YOUR TASK: Extract precisely the lines of the entries below, from the first line through the line containing "f 441 199 201".

※

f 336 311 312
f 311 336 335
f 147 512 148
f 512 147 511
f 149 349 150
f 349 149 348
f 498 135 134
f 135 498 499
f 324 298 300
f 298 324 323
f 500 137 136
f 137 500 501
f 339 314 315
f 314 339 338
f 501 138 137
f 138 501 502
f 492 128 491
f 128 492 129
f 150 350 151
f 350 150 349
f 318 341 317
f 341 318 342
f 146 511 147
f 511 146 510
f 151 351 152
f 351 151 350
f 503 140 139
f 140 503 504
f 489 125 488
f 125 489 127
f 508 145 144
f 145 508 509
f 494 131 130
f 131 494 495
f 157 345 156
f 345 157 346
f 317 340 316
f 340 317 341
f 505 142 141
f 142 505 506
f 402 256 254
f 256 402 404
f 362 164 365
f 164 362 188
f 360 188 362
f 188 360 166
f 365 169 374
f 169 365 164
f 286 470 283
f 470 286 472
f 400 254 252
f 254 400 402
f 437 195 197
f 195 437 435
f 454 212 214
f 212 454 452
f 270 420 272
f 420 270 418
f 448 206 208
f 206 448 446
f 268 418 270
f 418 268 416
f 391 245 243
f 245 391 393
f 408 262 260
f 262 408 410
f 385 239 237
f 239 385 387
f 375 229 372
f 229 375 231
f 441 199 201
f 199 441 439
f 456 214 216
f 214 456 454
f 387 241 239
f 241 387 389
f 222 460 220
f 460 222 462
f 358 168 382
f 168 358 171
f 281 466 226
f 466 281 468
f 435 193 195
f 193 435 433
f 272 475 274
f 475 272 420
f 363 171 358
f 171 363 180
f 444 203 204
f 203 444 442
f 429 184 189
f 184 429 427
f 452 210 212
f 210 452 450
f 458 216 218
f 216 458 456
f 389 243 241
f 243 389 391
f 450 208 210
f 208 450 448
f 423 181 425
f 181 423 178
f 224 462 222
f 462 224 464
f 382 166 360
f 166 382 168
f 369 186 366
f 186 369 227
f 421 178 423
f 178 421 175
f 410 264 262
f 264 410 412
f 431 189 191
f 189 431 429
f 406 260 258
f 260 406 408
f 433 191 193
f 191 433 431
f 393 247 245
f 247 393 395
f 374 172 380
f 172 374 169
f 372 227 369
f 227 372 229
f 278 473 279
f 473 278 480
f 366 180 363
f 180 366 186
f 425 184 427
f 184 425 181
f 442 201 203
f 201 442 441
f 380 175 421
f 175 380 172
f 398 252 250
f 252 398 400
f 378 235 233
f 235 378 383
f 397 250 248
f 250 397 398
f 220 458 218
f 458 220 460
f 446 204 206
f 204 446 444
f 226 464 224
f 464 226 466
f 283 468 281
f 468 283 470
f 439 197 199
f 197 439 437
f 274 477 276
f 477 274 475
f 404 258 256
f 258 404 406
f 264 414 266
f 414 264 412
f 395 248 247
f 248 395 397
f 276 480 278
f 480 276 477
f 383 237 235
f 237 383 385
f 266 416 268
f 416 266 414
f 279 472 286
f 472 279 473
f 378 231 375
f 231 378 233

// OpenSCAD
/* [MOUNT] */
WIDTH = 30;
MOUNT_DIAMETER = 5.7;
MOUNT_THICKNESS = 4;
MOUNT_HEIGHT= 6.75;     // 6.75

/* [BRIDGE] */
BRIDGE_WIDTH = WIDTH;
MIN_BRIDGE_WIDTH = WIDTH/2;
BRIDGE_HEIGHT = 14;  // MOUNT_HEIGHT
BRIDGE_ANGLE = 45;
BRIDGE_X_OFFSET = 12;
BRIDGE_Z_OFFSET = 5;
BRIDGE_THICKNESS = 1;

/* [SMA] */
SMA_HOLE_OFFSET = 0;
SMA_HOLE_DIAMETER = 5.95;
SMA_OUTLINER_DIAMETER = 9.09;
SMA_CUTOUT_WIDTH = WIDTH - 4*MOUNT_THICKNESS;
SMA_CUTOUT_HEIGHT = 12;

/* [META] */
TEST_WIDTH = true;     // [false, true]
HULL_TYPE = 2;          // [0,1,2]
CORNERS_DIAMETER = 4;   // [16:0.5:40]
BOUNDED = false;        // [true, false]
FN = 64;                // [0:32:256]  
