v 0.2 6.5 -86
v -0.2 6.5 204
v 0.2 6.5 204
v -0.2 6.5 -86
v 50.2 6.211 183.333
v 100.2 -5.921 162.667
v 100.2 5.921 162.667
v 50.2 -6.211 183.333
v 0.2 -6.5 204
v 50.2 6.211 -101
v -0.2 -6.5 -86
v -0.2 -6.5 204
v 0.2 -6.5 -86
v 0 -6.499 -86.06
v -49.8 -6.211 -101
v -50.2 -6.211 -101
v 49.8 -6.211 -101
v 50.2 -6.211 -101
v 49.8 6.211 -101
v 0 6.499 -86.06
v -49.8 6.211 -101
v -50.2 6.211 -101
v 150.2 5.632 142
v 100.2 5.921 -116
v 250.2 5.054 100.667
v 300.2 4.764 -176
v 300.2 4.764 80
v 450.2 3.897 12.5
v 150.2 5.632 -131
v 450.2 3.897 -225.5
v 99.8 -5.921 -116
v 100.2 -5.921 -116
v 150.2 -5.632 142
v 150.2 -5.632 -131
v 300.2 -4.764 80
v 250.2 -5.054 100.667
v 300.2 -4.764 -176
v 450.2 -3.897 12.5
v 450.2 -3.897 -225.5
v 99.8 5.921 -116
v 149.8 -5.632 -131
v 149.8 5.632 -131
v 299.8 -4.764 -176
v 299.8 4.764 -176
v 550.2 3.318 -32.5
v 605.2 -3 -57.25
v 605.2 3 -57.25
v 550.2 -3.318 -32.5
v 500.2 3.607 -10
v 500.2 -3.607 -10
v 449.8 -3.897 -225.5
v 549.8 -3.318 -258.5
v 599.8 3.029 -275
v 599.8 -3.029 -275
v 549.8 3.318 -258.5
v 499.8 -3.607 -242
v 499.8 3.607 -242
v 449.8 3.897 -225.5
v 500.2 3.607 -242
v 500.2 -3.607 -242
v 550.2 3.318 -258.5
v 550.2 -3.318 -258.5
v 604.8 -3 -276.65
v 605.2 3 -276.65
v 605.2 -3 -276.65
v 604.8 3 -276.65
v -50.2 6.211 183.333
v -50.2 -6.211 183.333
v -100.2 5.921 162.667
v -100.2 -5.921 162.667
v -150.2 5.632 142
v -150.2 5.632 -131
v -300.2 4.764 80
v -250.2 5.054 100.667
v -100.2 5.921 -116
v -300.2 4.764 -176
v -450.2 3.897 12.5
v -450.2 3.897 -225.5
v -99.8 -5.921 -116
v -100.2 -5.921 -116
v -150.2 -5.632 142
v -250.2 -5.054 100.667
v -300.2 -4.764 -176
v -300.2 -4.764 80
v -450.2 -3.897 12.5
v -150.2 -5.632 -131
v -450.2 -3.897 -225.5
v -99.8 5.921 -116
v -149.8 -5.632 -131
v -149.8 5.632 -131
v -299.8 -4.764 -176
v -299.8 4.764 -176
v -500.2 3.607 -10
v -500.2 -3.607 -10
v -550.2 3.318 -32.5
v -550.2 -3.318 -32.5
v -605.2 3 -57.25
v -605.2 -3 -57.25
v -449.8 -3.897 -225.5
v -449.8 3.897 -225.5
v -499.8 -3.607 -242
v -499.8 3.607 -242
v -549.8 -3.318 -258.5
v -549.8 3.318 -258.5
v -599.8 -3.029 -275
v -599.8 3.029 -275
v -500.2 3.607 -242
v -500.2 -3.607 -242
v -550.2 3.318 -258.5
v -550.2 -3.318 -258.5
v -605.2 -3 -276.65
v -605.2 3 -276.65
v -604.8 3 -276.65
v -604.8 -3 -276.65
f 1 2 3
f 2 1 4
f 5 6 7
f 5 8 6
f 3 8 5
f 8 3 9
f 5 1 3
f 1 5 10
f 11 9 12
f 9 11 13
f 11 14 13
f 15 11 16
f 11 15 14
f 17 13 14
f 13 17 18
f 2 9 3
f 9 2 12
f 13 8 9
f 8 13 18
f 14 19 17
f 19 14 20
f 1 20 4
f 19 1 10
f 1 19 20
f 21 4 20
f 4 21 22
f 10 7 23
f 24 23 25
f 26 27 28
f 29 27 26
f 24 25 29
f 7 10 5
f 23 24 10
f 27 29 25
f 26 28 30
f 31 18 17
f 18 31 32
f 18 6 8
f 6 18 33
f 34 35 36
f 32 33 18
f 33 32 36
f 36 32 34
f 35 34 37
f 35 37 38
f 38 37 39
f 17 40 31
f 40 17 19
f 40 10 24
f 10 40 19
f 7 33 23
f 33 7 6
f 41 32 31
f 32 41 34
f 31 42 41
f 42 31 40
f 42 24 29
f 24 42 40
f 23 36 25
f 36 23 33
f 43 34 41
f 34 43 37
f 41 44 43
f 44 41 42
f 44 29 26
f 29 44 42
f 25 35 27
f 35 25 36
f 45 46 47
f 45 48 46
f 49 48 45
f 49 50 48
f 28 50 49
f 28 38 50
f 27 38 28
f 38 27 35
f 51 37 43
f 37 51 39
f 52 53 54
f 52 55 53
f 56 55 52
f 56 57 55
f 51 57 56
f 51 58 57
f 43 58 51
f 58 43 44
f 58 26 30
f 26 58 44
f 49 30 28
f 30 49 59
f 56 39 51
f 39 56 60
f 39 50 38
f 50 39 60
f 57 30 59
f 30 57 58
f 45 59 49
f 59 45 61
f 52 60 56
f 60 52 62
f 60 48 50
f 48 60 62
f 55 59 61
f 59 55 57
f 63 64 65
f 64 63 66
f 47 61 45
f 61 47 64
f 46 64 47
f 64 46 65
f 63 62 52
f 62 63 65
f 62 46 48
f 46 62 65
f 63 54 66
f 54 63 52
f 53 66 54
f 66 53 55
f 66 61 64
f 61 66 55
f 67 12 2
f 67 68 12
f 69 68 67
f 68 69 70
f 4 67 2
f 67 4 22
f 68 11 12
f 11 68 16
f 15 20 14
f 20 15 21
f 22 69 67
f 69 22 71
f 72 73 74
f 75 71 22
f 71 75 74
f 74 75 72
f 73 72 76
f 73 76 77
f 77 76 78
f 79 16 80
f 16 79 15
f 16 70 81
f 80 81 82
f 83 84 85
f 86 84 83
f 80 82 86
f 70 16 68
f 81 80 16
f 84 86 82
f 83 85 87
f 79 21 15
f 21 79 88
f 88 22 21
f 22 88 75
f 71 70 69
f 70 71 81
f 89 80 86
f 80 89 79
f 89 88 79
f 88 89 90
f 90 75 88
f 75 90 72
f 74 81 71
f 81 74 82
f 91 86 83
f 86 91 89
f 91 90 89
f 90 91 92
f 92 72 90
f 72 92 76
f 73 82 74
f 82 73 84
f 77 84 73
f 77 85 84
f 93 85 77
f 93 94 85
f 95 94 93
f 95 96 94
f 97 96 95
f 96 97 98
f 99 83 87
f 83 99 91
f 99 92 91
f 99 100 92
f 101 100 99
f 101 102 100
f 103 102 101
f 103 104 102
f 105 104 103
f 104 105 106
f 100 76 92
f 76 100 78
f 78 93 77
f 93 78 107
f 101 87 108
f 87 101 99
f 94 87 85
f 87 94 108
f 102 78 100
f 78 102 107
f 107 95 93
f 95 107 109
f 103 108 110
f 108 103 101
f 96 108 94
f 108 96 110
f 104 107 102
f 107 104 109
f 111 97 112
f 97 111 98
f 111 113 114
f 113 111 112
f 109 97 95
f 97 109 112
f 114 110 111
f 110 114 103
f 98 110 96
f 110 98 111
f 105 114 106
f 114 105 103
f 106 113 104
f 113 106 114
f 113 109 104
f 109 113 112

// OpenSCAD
// Electric Kato style flying wing: swept wing with tip fins, a small pod and a pusher prop. Original work (CC0), NOT PicaSim's model (its meshes and
// textures need the authors' permission); the proportions follow the numbers in PicaSim's Aeroplane.xml for the Electric Kato (span 1.21 m, chord 0.29 m at the
// root and 0.22 m at the tip panel, 24 degrees of sweep, fins at the tips, pusher prop 0.16 m), see shared/picasim/katoDef.js.
// Units mm, native size (span 1210 mm); axes: x lateral, y up, z forward, origin at the centre of gravity, like esa_plane.scad. The client scales the whole
// plane by span / 1210. Export one part at a time:  openscad -D 'part="wing"' -o wing.stl kato.scad
// parts: fuselage, wing, tail, canopy, spinner, prop
part = "wing";

CG = 49;                          // the definition's origin is 49 mm ahead of the centre of gravity: z = definition x + CG
function lez(y) = y < 300 ? 155 - 124 * y / 300 : 31 - 135 * (y - 300) / 300;           // leading edge (definition x) at lateral position y
function tez(y) = y < 300 ? -135 - 90 * y / 300 : -225 - 99 * (y - 300) / 300;          // trailing edge
function thick(y) = 13 - 7 * y / 605;
module slice(y, t) { translate([y, 0, (lez(y) + tez(y)) / 2 + CG]) cube([0.4, thick(y) * t, lez(y) - tez(y)], center = true); }
module wing_half() { for (y = [0 : 50 : 550]) hull() { slice(y, 1); slice(y + 50, 1); } hull() { slice(550, 1); slice(605, 1); } }
module wing() { wing_half(); mirror([1, 0, 0]) wing_half(); }
module fin(sgn) {                  // vertical fin at the wing tip, trailing edge flush with the tip chord
  hull() {
    translate([sgn * 598, -55, tez(605) + 118 + CG - 120 + 50]) cube([3, 2, 120], center = true);
    translate([sgn * 598,  60, tez(605) +  75 + CG - 120 + 50]) cube([3, 2,  75], center = true);
  }
}
module tail() { fin(1); fin(-1); }
module fuselage() {                // small pod from the nose to just before the pusher prop
  hull() {
    translate([0, 0, 170 + CG]) scale([22, 20, 40]) sphere(1, $fn = 24);
    translate([0, 0, 30 + CG]) scale([32, 28, 90]) sphere(1, $fn = 24);
    translate([0, 0, -110 + CG]) scale([14, 12, 30]) sphere(1, $fn = 24);
  }
}
module canopy() { translate([0, 24, 70 + CG]) scale([20, 14, 60]) sphere(1, $fn = 24); }
module spinner() { translate([0, 0, -125 + CG - 6]) rotate([180, 0, 0]) cylinder(r1 = 14, r2 = 2, h = 24, $fn = 24); }     // cone pointing backwards behind the pod
module prop() {                    // 160 mm two-blade prop, hub at the origin, disc in the xy plane (the client moves it to z = -125 + CG - 6 - 4)
  for (a = [0, 180]) rotate([0, 0, a]) hull() { translate([6, 0, 0]) cylinder(r = 4, h = 2, $fn = 12); translate([78, 0, 0]) cylinder(r = 3, h = 1.5, $fn = 12); }
}
if (part == "fuselage") fuselage();
else if (part == "wing") wing();
else if (part == "tail") tail();
else if (part == "canopy") canopy();
else if (part == "spinner") spinner();
else if (part == "prop") prop();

※

THE ANSWER:
f 336 311 312
f 311 336 335
f 147 512 148
f 512 147 511
f 149 349 150
f 349 149 348
f 498 135 134
f 135 498 499
f 324 298 300
f 298 324 323
f 500 137 136
f 137 500 501
f 339 314 315
f 314 339 338
f 501 138 137
f 138 501 502
f 492 128 491
f 128 492 129
f 150 350 151
f 350 150 349
f 318 341 317
f 341 318 342
f 146 511 147
f 511 146 510
f 151 351 152
f 351 151 350
f 503 140 139
f 140 503 504
f 489 125 488
f 125 489 127
f 508 145 144
f 145 508 509
f 494 131 130
f 131 494 495
f 157 345 156
f 345 157 346
f 317 340 316
f 340 317 341
f 505 142 141
f 142 505 506
f 402 256 254
f 256 402 404
f 362 164 365
f 164 362 188
f 360 188 362
f 188 360 166
f 365 169 374
f 169 365 164
f 286 470 283
f 470 286 472
f 400 254 252
f 254 400 402
f 437 195 197
f 195 437 435
f 454 212 214
f 212 454 452
f 270 420 272
f 420 270 418
f 448 206 208
f 206 448 446
f 268 418 270
f 418 268 416
f 391 245 243
f 245 391 393
f 408 262 260
f 262 408 410
f 385 239 237
f 239 385 387
f 375 229 372
f 229 375 231
f 441 199 201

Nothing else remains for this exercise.